The data below holds the lines to copy: everything from the line containing "e106 v8 v35 LINE" to the line containing "Line((100, 63), (-100, 63))", both ends included, set down exactly.
-- Supplied records follows --
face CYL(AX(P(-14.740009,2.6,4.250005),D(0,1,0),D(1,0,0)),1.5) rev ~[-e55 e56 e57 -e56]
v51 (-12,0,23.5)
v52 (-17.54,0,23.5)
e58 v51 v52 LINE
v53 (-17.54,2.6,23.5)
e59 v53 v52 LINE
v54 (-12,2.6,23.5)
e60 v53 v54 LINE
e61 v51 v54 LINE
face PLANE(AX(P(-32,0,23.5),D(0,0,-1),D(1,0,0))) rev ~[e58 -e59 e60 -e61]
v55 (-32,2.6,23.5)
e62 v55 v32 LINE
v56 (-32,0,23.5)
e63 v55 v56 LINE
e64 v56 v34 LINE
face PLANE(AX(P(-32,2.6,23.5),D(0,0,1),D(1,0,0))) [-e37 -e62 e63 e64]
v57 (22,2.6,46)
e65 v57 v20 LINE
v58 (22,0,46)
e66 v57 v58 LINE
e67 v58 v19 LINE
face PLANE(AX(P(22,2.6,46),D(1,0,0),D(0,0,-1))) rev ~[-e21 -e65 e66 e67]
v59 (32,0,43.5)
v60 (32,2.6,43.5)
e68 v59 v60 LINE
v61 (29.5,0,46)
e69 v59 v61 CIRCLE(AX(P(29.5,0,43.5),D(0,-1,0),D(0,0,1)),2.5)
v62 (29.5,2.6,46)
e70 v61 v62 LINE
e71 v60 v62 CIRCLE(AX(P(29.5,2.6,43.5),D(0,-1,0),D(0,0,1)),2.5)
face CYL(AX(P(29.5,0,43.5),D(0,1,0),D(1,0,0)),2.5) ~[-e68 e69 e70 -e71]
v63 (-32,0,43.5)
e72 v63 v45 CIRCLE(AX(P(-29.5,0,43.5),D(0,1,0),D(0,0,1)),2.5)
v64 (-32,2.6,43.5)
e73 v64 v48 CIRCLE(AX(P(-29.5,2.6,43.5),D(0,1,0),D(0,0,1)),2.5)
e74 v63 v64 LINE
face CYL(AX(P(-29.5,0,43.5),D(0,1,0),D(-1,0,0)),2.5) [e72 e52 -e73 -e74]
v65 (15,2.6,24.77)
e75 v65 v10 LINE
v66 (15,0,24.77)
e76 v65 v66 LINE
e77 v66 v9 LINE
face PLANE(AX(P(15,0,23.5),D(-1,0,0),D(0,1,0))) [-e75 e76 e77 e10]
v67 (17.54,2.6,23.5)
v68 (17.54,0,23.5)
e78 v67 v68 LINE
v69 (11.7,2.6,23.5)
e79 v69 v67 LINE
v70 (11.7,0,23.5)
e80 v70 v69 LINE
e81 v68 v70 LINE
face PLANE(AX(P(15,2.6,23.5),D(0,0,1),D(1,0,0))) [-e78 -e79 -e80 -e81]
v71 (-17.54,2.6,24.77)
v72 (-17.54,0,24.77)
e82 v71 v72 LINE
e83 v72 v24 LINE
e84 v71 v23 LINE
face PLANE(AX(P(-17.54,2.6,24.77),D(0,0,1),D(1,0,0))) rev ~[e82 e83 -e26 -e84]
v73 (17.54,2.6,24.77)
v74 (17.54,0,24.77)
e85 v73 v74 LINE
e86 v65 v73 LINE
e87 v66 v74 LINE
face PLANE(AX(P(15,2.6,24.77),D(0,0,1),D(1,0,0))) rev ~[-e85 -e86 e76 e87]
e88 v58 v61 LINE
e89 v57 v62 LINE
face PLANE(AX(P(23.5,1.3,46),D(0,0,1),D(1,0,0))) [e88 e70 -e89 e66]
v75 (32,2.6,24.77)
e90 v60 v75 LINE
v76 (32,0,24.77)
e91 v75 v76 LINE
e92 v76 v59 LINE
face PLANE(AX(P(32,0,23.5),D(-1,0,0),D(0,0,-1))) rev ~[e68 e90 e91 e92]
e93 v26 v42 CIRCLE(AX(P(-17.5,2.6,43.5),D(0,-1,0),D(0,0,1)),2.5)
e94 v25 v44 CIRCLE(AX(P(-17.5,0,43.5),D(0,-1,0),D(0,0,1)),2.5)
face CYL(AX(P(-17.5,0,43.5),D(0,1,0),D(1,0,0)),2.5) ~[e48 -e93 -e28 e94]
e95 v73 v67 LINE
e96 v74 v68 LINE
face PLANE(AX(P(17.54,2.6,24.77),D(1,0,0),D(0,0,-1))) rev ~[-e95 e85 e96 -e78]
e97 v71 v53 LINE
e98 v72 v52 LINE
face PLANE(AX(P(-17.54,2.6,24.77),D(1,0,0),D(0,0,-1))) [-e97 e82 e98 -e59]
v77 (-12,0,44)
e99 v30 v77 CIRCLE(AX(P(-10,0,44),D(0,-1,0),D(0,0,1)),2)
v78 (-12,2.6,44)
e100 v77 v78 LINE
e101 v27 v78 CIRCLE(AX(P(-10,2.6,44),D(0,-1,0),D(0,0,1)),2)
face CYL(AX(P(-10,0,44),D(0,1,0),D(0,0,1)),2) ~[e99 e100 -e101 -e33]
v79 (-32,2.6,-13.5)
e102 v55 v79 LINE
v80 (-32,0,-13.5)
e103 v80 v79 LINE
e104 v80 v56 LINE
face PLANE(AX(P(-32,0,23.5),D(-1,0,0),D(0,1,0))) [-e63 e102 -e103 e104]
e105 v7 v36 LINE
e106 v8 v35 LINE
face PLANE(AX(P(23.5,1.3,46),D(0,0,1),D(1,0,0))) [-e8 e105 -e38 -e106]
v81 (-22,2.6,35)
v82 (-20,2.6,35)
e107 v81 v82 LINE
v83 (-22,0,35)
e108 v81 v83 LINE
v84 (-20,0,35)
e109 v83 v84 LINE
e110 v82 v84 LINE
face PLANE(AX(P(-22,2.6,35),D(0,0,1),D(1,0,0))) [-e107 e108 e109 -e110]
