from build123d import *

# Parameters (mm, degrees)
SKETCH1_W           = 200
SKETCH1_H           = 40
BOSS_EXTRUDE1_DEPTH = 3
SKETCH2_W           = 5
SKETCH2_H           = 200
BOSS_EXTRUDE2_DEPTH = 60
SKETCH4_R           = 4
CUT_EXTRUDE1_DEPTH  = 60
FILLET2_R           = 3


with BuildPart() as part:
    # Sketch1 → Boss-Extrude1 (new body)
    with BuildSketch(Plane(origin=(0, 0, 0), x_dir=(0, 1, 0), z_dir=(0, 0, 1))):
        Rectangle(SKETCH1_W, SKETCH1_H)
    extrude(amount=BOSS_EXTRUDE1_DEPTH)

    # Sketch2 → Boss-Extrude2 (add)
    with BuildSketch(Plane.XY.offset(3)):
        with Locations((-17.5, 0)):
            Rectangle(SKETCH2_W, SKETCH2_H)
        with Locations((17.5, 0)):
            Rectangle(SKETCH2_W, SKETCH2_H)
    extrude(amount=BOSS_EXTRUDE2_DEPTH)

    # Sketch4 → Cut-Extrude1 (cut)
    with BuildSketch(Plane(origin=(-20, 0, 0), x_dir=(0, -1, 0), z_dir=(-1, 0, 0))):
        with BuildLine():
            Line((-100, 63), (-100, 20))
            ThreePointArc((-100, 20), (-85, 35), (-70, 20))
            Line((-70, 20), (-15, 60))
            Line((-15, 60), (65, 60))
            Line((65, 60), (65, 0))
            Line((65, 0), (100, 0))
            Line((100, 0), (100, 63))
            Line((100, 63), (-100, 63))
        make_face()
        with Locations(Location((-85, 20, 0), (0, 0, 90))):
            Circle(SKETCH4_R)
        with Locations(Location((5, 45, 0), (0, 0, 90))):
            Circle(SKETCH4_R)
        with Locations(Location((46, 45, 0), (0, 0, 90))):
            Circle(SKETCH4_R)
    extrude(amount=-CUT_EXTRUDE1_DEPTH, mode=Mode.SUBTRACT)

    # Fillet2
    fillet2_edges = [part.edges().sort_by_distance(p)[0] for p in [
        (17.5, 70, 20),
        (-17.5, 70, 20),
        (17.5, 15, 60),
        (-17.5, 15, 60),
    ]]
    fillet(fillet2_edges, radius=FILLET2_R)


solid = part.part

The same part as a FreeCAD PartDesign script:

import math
import FreeCAD as App
import Part
import Sketcher


def edges_at(feature, points):
    """Names of the edges that pass closest to the given points."""
    edges = feature.Shape.Edges
    near = lambda p: min(range(len(edges)), key=lambda i: edges[i].distToShape(Part.Vertex(*p))[0])
    return sorted({f"Edge{near(p) + 1}" for p in points})


def add_polygon(sketch, points):
    """Adds a closed chain of lines whose ends are joined by coincident constraints."""
    first, n = sketch.GeometryCount, len(points)
    for a, b in zip(points, points[1:] + points[:1]):
        sketch.addGeometry(Part.LineSegment(App.Vector(*a, 0), App.Vector(*b, 0)), False)
    for i in range(n):
        sketch.addConstraint(Sketcher.Constraint("Coincident", first + i, 2, first + (i + 1) % n, 1))

doc = App.newDocument("Part")
params = doc.addObject("Spreadsheet::Sheet", "Params")
for row, (alias, value) in enumerate([
    ("sketch1_width", "40 mm"),
    ("sketch1_height", "200 mm"),
    ("pad1_length", "3 mm"),
    ("sketch2_width", "5 mm"),
    ("sketch2_height", "200 mm"),
    ("pad2_length", "60 mm"),
    ("sketch3_diameter", "8 mm"),
    ("sketch3_radius", "15 mm"),
    ("sketch3_width", "80 mm"),
    ("sketch3_width2", "35 mm"),
    ("sketch3_width3", "200 mm"),
    ("pocket1_length", "60 mm"),
    ("fillet_radius", "3 mm"),
], start=1):
    params.set(f"A{row}", alias)
    params.set(f"B{row}", "=" + value)
    params.setAlias(f"B{row}", alias)

body = doc.addObject("PartDesign::Body", "Body")

# Sketch on XY plane
sketch1 = body.newObject("Sketcher::SketchObject", "Sketch")
sketch1.AttachmentSupport = (doc.getObject("XY_Plane"), [""])
sketch1.MapMode = "FlatFace"
add_polygon(sketch1, [(-20, -100), (20, -100), (20, 100), (-20, 100)])  # lines 0-3
sketch1.addConstraint(Sketcher.Constraint("Horizontal", 0))
sketch1.addConstraint(Sketcher.Constraint("Vertical", 1))
sketch1.addConstraint(Sketcher.Constraint("Horizontal", 2))
sketch1.addConstraint(Sketcher.Constraint("Vertical", 3))
sketch1.addConstraint(Sketcher.Constraint("Symmetric", 0, 2, 2, 2, -1, 1))
sketch1.addConstraint(Sketcher.Constraint("DistanceX", 0, 1, 0, 2, 40.0))
sketch1.addConstraint(Sketcher.Constraint("DistanceY", 1, 1, 1, 2, 200.0))
sketch1.setExpression("Constraints[9]", "Params.sketch1_width")
sketch1.setExpression("Constraints[10]", "Params.sketch1_height")
pad1 = body.newObject("PartDesign::Pad", "Pad")
pad1.Profile = sketch1
pad1.setExpression("Length", "Params.pad1_length")

# Sketch on XY plane
sketch2 = body.newObject("Sketcher::SketchObject", "Sketch001")
sketch2.AttachmentSupport = (doc.getObject("XY_Plane"), [""])
sketch2.MapMode = "FlatFace"
sketch2.AttachmentOffset = App.Placement(App.Vector(0, 0, 3), App.Rotation())
add_polygon(sketch2, [(-20, 100), (-20, -100), (-15, -100), (-15, 100)])  # lines 0-3
add_polygon(sketch2, [(15, 100), (15, -100), (20, -100), (20, 100)])  # lines 4-7
sketch2.addConstraint(Sketcher.Constraint("Vertical", 0))
sketch2.addConstraint(Sketcher.Constraint("Horizontal", 1))
sketch2.addConstraint(Sketcher.Constraint("Vertical", 2))
sketch2.addConstraint(Sketcher.Constraint("Horizontal", 3))
sketch2.addConstraint(Sketcher.Constraint("Vertical", 4))
sketch2.addConstraint(Sketcher.Constraint("Horizontal", 5))
sketch2.addConstraint(Sketcher.Constraint("Vertical", 6))
sketch2.addConstraint(Sketcher.Constraint("Horizontal", 7))
sketch2.addConstraint(Sketcher.Constraint("Symmetric", 2, 2, 4, 2, -1, 1))
sketch2.addConstraint(Sketcher.Constraint("Symmetric", 0, 2, 6, 2, -1, 1))
sketch2.addConstraint(Sketcher.Constraint("Horizontal", 1, 2, 4, 2))
sketch2.addConstraint(Sketcher.Constraint("DistanceX", 1, 1, 1, 2, 5.0))
sketch2.addConstraint(Sketcher.Constraint("DistanceY", 0, 2, 0, 1, 200.0))
sketch2.addConstraint(Sketcher.Constraint("DistanceX", 0, 2, -1, 1, 20.0))
sketch2.setExpression("Constraints[19]", "Params.sketch2_width")
sketch2.setExpression("Constraints[20]", "Params.sketch2_height")
pad2 = body.newObject("PartDesign::Pad", "Pad001")
pad2.Profile = sketch2
pad2.setExpression("Length", "Params.pad2_length")

# Sketch on YZ plane
sketch3 = body.newObject("Sketcher::SketchObject", "Sketch002")
sketch3.AttachmentSupport = (doc.getObject("YZ_Plane"), [""])
sketch3.MapMode = "FlatFace"
sketch3.AttachmentOffset = App.Placement(App.Vector(0, 0, -20), App.Rotation())
sketch3.addGeometry(Part.LineSegment(App.Vector(100, 63, 0), App.Vector(100, 20, 0)), False)
sketch3.addGeometry(Part.ArcOfCircle(Part.Circle(App.Vector(85, 20, 0), App.Vector(0, 0, 1), 15), math.radians(0), math.radians(180)), False)
sketch3.addGeometry(Part.LineSegment(App.Vector(70, 20, 0), App.Vector(15, 60, 0)), False)
sketch3.addGeometry(Part.LineSegment(App.Vector(15, 60, 0), App.Vector(-65, 60, 0)), False)
sketch3.addGeometry(Part.LineSegment(App.Vector(-65, 60, 0), App.Vector(-65, 0, 0)), False)
sketch3.addGeometry(Part.LineSegment(App.Vector(-65, 0, 0), App.Vector(-100, 0, 0)), False)
sketch3.addGeometry(Part.LineSegment(App.Vector(-100, 0, 0), App.Vector(-100, 63, 0)), False)
sketch3.addGeometry(Part.LineSegment(App.Vector(-100, 63, 0), App.Vector(100, 63, 0)), False)
sketch3.addGeometry(Part.Circle(App.Vector(85, 20, 0), App.Vector(0, 0, 1), 4), False)
sketch3.addGeometry(Part.Circle(App.Vector(-5, 45, 0), App.Vector(0, 0, 1), 4), False)
sketch3.addGeometry(Part.Circle(App.Vector(-46, 45, 0), App.Vector(0, 0, 1), 4), False)
sketch3.addConstraint(Sketcher.Constraint("Tangent", 0, 2, 1, 1))
sketch3.addConstraint(Sketcher.Constraint("Coincident", 1, 2, 2, 1))
sketch3.addConstraint(Sketcher.Constraint("Coincident", 2, 2, 3, 1))
sketch3.addConstraint(Sketcher.Constraint("Coincident", 3, 2, 4, 1))
sketch3.addConstraint(Sketcher.Constraint("Coincident", 4, 2, 5, 1))
sketch3.addConstraint(Sketcher.Constraint("Coincident", 5, 2, 6, 1))
sketch3.addConstraint(Sketcher.Constraint("Coincident", 6, 2, 7, 1))
sketch3.addConstraint(Sketcher.Constraint("Coincident", 7, 2, 0, 1))
sketch3.addConstraint(Sketcher.Constraint("Vertical", 0))
sketch3.addConstraint(Sketcher.Constraint("Horizontal", 3))
sketch3.addConstraint(Sketcher.Constraint("Vertical", 4))
sketch3.addConstraint(Sketcher.Constraint("Horizontal", 5))
sketch3.addConstraint(Sketcher.Constraint("Vertical", 6))
sketch3.addConstraint(Sketcher.Constraint("Horizontal", 7))
sketch3.addConstraint(Sketcher.Constraint("Coincident", 8, 3, 1, 3))
sketch3.addConstraint(Sketcher.Constraint("Equal", 8, 9))
sketch3.addConstraint(Sketcher.Constraint("Equal", 9, 10))
sketch3.addConstraint(Sketcher.Constraint("PointOnObject", 4, 2, -1))
sketch3.addConstraint(Sketcher.Constraint("Horizontal", 9, 3, 10, 3))
sketch3.addConstraint(Sketcher.Constraint("Horizontal", 0, 2, 1, 2))
sketch3.addConstraint(Sketcher.Constraint("Diameter", 8, 8.0))
sketch3.addConstraint(Sketcher.Constraint("Radius", 1, 15.0))
sketch3.addConstraint(Sketcher.Constraint("DistanceX", 3, 2, 3, 1, 80.0))
sketch3.addConstraint(Sketcher.Constraint("DistanceX", 5, 2, 5, 1, 35.0))
sketch3.addConstraint(Sketcher.Constraint("DistanceX", 7, 1, 7, 2, 200.0))
sketch3.addConstraint(Sketcher.Constraint("DistanceY", 0, 2, 0, 1, 43.0))
sketch3.addConstraint(Sketcher.Constraint("DistanceY", 4, 2, 4, 1, 60.0))
sketch3.addConstraint(Sketcher.Constraint("DistanceY", 6, 1, 6, 2, 63.0))
sketch3.addConstraint(Sketcher.Constraint("DistanceX", -1, 1, 1, 3, 85.0))
sketch3.addConstraint(Sketcher.Constraint("DistanceX", 9, 3, -1, 1, 5.0))
sketch3.addConstraint(Sketcher.Constraint("DistanceY", -1, 1, 9, 3, 45.0))
sketch3.addConstraint(Sketcher.Constraint("DistanceX", 10, 3, -1, 1, 46.0))
sketch3.setExpression("Constraints[20]", "Params.sketch3_diameter")
sketch3.setExpression("Constraints[21]", "Params.sketch3_radius")
sketch3.setExpression("Constraints[22]", "Params.sketch3_width")
sketch3.setExpression("Constraints[23]", "Params.sketch3_width2")
sketch3.setExpression("Constraints[24]", "Params.sketch3_width3")
pocket1 = body.newObject("PartDesign::Pocket", "Pocket")
pocket1.Profile = sketch3
pocket1.setExpression("Length", "Params.pocket1_length")
pocket1.Reversed = True
doc.recompute()

fillet = body.newObject("PartDesign::Fillet", "Fillet")
fillet.Base = (pocket1, edges_at(pocket1, [
    (17.5, 70, 20),
    (-17.5, 70, 20),
    (17.5, 15, 60),
    (-17.5, 15, 60),
]))
fillet.setExpression("Radius", "Params.fillet_radius")

doc.recompute()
-- Supplied records concluded --
> _The answer_:
e106 v8 v35 LINE
face PLANE(AX(P(23.5,1.3,46),D(0,0,1),D(1,0,0))) [-e8 e105 -e38 -e106]
v81 (-22,2.6,35)
v82 (-20,2.6,35)
e107 v81 v82 LINE
v83 (-22,0,35)
e108 v81 v83 LINE
v84 (-20,0,35)
e109 v83 v84 LINE
e110 v82 v84 LINE
face PLANE(AX(P(-22,2.6,35),D(0,0,1),D(1,0,0))) [-e107 e108 e109 -e110]
from build123d import *

# Parameters (mm, degrees)
SKETCH1_W           = 200
SKETCH1_H           = 40
BOSS_EXTRUDE1_DEPTH = 3
SKETCH2_W           = 5
SKETCH2_H           = 200
BOSS_EXTRUDE2_DEPTH = 60
SKETCH4_R           = 4
CUT_EXTRUDE1_DEPTH  = 60
FILLET2_R           = 3


with BuildPart() as part:
    # Sketch1 → Boss-Extrude1 (new body)
    with BuildSketch(Plane(origin=(0, 0, 0), x_dir=(0, 1, 0), z_dir=(0, 0, 1))):
        Rectangle(SKETCH1_W, SKETCH1_H)
    extrude(amount=BOSS_EXTRUDE1_DEPTH)

    # Sketch2 → Boss-Extrude2 (add)
    with BuildSketch(Plane.XY.offset(3)):
        with Locations((-17.5, 0)):
            Rectangle(SKETCH2_W, SKETCH2_H)
        with Locations((17.5, 0)):
            Rectangle(SKETCH2_W, SKETCH2_H)
    extrude(amount=BOSS_EXTRUDE2_DEPTH)

    # Sketch4 → Cut-Extrude1 (cut)
    with BuildSketch(Plane(origin=(-20, 0, 0), x_dir=(0, -1, 0), z_dir=(-1, 0, 0))):
        with BuildLine():
            Line((-100, 63), (-100, 20))
            ThreePointArc((-100, 20), (-85, 35), (-70, 20))
            Line((-70, 20), (-15, 60))
            Line((-15, 60), (65, 60))
            Line((65, 60), (65, 0))
            Line((65, 0), (100, 0))
            Line((100, 0), (100, 63))
            Line((100, 63), (-100, 63))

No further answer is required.